Martinus Sieveking (March 24, 1867 - November 26, 1950) was a Dutch virtuoso pianist, composer, teacher and inventor born in Amsterdam. Also known as Martin Sieveking, he performed as a soloist around Europe] and the United States during his active career and taught in France and the U.S. after he retired from performing. He is sometimes referred to as The Flying Dutchman due to his Dutch heritage and extremely flighty nature. At the peak of his career, he was pronounced by the New York and Boston critics as one of the four greatest living pianists of that time along with Ignace Paderewski, Moriz Rosenthal and Rafael Joseffy.
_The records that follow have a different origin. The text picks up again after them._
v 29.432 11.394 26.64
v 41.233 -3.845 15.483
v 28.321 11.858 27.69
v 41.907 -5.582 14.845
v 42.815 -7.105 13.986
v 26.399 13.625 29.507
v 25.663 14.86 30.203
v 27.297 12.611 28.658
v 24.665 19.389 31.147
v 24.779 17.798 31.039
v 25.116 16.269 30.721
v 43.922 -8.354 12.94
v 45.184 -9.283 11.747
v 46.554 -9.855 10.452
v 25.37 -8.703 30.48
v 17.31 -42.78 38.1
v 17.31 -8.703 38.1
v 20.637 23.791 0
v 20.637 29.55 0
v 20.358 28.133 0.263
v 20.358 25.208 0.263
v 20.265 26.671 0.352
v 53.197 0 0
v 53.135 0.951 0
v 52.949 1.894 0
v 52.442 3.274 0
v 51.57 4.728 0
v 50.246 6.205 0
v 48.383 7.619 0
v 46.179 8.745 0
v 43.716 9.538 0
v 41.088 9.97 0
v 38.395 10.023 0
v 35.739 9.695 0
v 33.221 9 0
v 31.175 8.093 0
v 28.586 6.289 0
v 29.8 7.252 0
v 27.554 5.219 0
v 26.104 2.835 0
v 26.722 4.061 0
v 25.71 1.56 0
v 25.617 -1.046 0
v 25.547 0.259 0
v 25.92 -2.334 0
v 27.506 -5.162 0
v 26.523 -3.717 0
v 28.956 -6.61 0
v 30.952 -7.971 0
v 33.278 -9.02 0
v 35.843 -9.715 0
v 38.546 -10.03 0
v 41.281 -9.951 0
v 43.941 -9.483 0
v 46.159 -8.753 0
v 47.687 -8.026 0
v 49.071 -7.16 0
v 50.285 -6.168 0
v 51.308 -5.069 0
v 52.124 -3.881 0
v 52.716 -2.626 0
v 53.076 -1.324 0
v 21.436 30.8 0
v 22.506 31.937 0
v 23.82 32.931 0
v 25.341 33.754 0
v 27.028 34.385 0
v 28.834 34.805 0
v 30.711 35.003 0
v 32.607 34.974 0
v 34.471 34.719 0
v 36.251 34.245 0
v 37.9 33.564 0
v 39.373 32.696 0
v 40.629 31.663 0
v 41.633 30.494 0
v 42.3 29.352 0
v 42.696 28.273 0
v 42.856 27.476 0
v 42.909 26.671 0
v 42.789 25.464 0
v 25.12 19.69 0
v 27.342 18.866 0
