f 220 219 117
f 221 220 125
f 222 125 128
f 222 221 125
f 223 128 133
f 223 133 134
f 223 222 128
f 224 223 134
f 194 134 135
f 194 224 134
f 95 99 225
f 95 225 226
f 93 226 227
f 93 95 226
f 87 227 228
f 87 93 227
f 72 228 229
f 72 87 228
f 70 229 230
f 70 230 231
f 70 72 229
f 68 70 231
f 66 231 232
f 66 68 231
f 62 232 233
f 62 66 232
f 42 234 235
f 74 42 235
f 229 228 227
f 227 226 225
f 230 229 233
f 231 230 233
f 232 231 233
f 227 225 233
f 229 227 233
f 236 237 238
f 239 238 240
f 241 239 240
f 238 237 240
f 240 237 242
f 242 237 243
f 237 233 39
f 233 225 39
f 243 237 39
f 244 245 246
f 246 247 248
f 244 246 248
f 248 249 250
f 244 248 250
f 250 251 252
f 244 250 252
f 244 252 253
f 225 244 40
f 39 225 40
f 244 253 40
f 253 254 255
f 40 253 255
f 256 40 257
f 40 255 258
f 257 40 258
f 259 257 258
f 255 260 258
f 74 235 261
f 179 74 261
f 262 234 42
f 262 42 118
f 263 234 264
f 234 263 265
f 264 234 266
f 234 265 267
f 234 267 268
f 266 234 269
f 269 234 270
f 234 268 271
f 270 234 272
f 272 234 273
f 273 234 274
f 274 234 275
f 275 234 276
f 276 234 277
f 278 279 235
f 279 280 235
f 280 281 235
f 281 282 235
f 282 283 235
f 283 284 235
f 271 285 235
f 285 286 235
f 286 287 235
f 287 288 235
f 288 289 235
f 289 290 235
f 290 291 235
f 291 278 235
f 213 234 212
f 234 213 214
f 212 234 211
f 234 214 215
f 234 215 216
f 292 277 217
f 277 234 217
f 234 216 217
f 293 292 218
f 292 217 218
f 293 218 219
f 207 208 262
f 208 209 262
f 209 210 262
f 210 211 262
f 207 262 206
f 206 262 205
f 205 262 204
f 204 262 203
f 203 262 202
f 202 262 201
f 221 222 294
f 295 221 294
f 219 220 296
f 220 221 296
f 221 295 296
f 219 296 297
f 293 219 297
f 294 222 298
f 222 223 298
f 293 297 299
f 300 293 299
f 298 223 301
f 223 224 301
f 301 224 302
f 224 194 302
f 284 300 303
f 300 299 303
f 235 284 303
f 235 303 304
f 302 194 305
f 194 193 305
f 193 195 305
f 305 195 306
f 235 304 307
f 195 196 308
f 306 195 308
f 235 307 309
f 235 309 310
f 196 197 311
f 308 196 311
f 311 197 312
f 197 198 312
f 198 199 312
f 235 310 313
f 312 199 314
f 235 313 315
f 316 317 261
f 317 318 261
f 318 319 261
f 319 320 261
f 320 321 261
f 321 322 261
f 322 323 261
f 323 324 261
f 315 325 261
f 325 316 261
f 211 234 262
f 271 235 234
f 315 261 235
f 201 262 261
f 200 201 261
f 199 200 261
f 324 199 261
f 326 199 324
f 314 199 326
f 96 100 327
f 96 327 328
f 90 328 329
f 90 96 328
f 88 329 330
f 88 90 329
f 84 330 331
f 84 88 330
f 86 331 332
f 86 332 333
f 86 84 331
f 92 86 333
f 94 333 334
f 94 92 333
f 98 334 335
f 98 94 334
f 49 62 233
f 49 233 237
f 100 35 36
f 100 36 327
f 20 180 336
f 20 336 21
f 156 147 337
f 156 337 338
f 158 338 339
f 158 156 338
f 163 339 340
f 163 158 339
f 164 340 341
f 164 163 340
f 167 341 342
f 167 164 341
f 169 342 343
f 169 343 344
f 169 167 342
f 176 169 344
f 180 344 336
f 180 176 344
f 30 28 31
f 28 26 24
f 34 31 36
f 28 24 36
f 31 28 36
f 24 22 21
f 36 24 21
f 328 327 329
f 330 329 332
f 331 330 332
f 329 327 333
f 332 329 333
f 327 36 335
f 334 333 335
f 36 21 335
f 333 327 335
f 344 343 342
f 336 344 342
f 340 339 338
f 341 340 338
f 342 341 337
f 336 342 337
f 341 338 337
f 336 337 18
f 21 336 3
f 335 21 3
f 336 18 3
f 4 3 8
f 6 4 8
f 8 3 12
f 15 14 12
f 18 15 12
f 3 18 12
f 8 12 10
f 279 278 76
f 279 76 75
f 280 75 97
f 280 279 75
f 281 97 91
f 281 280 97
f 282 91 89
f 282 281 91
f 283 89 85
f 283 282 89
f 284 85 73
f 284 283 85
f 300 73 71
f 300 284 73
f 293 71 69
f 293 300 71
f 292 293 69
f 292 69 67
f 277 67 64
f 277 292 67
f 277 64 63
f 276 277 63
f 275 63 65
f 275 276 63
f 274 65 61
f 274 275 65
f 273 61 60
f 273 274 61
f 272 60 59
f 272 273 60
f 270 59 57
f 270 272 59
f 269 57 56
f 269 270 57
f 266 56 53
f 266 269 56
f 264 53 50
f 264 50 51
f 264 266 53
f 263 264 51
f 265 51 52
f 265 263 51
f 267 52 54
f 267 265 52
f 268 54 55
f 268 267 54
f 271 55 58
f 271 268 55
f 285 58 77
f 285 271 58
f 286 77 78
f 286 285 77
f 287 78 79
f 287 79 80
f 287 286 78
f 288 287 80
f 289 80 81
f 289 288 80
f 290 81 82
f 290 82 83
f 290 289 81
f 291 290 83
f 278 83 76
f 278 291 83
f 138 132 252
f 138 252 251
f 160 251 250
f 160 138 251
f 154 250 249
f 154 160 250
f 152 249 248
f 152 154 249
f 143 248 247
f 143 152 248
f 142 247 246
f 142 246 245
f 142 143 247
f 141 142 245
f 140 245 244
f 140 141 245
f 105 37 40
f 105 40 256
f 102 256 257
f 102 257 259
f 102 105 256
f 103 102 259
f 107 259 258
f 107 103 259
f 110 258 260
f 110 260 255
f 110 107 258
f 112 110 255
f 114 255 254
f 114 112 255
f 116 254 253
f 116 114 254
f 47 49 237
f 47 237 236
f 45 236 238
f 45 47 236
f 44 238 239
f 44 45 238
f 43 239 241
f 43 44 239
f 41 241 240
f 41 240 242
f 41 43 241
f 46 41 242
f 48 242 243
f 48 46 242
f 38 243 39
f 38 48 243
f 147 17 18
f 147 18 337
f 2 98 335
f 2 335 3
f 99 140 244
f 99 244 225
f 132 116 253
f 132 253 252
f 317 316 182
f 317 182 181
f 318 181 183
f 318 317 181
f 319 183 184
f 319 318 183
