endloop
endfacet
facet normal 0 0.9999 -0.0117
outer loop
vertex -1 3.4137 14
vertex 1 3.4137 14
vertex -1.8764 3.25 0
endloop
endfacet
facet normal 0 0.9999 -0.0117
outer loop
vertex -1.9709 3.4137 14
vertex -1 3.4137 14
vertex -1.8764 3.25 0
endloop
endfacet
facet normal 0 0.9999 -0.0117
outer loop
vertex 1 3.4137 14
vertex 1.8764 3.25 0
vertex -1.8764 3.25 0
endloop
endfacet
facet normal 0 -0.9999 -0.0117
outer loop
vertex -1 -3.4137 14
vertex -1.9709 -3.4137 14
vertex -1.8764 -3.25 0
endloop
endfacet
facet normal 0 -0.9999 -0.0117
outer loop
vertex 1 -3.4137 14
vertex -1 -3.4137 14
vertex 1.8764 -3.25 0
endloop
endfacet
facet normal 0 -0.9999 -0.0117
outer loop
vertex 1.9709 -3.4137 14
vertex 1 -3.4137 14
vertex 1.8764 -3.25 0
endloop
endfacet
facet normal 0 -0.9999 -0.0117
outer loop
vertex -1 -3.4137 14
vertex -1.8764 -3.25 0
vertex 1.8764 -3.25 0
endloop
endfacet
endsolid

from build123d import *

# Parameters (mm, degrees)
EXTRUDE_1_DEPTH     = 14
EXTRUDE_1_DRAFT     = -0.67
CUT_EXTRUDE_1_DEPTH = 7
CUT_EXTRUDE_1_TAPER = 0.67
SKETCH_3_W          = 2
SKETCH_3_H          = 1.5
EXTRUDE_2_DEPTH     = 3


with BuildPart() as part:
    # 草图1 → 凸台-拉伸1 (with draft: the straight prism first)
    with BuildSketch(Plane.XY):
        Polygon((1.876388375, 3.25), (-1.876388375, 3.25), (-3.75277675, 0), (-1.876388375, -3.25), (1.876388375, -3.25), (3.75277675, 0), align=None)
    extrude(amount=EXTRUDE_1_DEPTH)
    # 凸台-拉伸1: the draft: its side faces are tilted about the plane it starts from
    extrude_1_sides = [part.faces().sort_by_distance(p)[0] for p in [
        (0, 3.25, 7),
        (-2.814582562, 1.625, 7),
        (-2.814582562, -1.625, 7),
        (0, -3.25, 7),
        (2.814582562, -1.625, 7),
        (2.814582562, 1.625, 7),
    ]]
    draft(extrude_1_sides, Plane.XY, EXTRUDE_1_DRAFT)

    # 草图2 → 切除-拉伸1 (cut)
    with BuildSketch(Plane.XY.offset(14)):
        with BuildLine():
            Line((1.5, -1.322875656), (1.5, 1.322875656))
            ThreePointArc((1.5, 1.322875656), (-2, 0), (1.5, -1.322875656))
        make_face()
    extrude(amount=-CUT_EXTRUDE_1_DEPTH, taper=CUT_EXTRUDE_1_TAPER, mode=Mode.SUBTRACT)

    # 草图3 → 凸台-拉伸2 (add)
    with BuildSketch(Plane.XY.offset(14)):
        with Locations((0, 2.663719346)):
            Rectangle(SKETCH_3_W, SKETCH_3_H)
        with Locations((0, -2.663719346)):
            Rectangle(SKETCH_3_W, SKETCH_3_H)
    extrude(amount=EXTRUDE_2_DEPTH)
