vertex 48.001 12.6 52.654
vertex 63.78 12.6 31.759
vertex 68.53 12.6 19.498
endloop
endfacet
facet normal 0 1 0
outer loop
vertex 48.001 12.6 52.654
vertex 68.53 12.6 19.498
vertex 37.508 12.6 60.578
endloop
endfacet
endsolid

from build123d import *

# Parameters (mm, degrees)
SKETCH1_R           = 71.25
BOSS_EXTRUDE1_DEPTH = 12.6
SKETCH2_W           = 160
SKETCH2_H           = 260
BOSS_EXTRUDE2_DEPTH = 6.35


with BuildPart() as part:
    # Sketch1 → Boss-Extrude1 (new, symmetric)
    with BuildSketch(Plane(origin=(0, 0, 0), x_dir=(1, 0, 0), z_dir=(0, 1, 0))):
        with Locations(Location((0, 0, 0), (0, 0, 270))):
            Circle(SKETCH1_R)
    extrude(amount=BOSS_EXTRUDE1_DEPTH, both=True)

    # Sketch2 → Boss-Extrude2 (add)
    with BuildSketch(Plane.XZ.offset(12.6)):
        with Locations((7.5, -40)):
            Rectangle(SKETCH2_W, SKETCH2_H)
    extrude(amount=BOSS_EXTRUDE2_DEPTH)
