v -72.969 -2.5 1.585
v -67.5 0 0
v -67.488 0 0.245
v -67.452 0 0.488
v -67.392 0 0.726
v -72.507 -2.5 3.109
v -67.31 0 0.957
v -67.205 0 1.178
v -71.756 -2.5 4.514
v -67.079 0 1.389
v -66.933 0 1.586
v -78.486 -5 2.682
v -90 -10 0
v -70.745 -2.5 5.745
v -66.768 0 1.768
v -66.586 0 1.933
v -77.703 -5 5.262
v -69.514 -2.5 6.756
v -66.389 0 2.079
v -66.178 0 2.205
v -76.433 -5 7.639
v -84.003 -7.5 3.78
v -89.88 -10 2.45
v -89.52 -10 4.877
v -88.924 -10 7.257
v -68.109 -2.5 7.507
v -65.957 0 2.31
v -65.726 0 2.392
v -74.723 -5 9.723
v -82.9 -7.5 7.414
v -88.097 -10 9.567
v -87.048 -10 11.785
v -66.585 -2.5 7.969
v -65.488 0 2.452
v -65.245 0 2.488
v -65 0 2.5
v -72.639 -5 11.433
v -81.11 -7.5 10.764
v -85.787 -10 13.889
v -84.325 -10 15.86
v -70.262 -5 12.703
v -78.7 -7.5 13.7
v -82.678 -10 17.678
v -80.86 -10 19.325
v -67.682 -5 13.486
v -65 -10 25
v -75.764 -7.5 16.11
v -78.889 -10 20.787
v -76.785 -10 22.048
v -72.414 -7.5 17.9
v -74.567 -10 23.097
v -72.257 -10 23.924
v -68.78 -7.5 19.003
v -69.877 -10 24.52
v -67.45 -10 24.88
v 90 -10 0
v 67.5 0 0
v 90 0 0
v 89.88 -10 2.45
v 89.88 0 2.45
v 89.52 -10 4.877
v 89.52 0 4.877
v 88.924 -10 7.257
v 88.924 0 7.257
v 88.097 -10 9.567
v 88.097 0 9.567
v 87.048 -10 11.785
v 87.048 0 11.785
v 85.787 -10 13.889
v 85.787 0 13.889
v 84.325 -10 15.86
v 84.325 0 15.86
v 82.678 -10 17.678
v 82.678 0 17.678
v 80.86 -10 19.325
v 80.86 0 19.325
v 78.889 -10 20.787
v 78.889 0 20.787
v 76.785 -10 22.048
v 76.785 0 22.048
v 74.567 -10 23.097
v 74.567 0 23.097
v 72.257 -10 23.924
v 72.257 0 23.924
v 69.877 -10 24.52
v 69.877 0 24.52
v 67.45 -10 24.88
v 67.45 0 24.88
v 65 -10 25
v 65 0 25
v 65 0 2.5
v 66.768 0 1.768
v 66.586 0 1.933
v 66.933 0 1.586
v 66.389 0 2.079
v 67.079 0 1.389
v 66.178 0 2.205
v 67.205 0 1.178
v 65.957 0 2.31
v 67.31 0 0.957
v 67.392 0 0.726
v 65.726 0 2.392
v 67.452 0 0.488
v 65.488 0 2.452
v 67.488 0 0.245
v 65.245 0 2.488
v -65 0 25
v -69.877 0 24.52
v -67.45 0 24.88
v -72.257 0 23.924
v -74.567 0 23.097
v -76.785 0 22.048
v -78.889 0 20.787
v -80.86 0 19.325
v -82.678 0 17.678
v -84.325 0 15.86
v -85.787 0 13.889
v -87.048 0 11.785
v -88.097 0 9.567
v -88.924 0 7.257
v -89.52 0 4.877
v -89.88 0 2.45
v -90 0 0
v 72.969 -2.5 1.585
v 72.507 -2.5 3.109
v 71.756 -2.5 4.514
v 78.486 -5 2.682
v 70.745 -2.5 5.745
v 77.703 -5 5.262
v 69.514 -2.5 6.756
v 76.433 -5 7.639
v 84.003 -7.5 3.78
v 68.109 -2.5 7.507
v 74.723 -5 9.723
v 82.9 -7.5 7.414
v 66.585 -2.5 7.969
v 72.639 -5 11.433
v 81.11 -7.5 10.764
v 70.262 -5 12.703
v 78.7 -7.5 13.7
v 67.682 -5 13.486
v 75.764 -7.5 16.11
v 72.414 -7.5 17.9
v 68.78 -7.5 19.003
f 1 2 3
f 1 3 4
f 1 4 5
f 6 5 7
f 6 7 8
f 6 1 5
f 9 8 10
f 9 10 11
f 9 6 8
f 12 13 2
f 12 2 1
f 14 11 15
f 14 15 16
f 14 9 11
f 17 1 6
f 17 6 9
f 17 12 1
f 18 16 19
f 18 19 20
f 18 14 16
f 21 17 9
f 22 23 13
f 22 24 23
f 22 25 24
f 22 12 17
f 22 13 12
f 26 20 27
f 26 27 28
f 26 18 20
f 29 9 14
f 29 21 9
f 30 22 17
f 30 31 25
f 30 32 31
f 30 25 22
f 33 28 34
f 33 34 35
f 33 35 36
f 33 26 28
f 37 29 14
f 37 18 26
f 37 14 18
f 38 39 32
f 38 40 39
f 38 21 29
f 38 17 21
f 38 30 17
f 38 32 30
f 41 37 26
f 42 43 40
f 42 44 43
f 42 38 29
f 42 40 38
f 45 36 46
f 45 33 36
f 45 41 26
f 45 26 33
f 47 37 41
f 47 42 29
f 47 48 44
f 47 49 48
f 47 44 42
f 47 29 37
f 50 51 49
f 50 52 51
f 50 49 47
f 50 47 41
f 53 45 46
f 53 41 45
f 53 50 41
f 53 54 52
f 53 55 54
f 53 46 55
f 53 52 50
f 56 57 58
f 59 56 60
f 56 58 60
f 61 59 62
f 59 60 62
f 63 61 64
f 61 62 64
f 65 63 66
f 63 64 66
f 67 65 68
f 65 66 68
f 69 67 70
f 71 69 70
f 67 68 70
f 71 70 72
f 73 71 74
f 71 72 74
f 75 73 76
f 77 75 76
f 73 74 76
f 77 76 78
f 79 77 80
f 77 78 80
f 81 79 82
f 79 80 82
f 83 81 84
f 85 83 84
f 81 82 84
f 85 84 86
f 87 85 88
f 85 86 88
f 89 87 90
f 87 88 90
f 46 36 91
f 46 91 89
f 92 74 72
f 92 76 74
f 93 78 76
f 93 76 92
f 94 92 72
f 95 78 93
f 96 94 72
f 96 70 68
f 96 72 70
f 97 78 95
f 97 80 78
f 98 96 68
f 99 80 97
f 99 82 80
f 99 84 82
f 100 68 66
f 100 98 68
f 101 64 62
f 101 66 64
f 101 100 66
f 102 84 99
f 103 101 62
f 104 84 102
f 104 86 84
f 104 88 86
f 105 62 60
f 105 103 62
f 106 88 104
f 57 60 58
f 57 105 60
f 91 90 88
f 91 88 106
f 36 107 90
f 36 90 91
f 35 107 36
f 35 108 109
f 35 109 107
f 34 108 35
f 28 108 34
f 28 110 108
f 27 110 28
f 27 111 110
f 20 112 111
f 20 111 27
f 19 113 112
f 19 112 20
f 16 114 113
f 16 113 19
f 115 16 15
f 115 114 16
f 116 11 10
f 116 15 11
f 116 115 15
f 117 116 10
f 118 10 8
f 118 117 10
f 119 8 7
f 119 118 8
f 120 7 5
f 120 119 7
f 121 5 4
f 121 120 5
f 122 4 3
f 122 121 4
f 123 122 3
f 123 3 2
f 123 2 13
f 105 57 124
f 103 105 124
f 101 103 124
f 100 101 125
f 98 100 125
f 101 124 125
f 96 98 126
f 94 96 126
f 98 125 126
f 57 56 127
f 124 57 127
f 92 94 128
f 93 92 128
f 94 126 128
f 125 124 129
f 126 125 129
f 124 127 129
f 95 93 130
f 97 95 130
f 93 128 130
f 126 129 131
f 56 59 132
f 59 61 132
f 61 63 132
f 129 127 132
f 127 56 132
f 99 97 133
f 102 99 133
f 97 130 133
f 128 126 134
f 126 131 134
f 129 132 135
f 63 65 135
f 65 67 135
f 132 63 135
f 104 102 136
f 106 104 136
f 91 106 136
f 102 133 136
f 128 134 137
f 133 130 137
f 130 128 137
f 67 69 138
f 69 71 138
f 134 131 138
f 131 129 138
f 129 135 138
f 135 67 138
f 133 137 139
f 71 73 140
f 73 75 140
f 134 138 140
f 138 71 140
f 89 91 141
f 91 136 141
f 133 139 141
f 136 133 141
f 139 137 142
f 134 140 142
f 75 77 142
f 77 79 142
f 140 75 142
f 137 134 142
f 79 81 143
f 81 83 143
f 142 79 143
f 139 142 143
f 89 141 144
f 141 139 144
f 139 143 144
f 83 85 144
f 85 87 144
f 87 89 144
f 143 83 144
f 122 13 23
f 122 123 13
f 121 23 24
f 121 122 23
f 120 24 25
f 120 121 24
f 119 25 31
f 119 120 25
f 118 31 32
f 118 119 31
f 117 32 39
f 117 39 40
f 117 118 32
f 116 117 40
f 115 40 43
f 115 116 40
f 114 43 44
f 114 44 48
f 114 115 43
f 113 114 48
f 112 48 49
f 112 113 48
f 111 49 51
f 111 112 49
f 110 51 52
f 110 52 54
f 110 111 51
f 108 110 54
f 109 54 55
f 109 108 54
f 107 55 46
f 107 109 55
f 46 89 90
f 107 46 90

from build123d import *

# Parameters (mm, degrees)
F2_ANGLE = 90
F3_DEPTH = 65


with BuildPart() as f2:
    # F1 (on Top) → F2 (revolve)
    with BuildSketch(Plane.XY):
        Polygon((90, -10), (90, 0), (67.5, 0), align=None)
    revolve(axis=Axis((65, 13.2645983249, 0), (0, -1, 0)), revolution_arc=F2_ANGLE)

    # F3 (add): a face of the model
    f3_faces = [f2.faces().sort_by_distance(p)[0] for p in [
        (65, -3.3333333333, 17.5),
    ]]
    extrude(f3_faces, amount=F3_DEPTH)

    # F4: F2 across plane


with BuildPart() as f2_1:
    add(f2.part)
    add(f2.part.mirror(Plane.YZ))


solid = f2_1.part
Sieveking was an advocate of The Dead-Weight Principle of playing. He devised his own variation of this system and wrote several articles about the subject for publication. He was also an inventor of both musical and non-musical devices that he had patented in various countries.

==Early life==
Sieveking came from an old and aristocratic family, which dated its ancestry back to the fifteenth century. He grew up in a musical atmosphere, as his mother Johanna De Jong was a well-known opera singer and his father, also named Martinus, was a trained musician, choral conductor and a composer with published works in the Netherlands. He was the second in a family of four; his older sibling was named Johanna like his mother, and Martinus was followed by Charles, then Rosa.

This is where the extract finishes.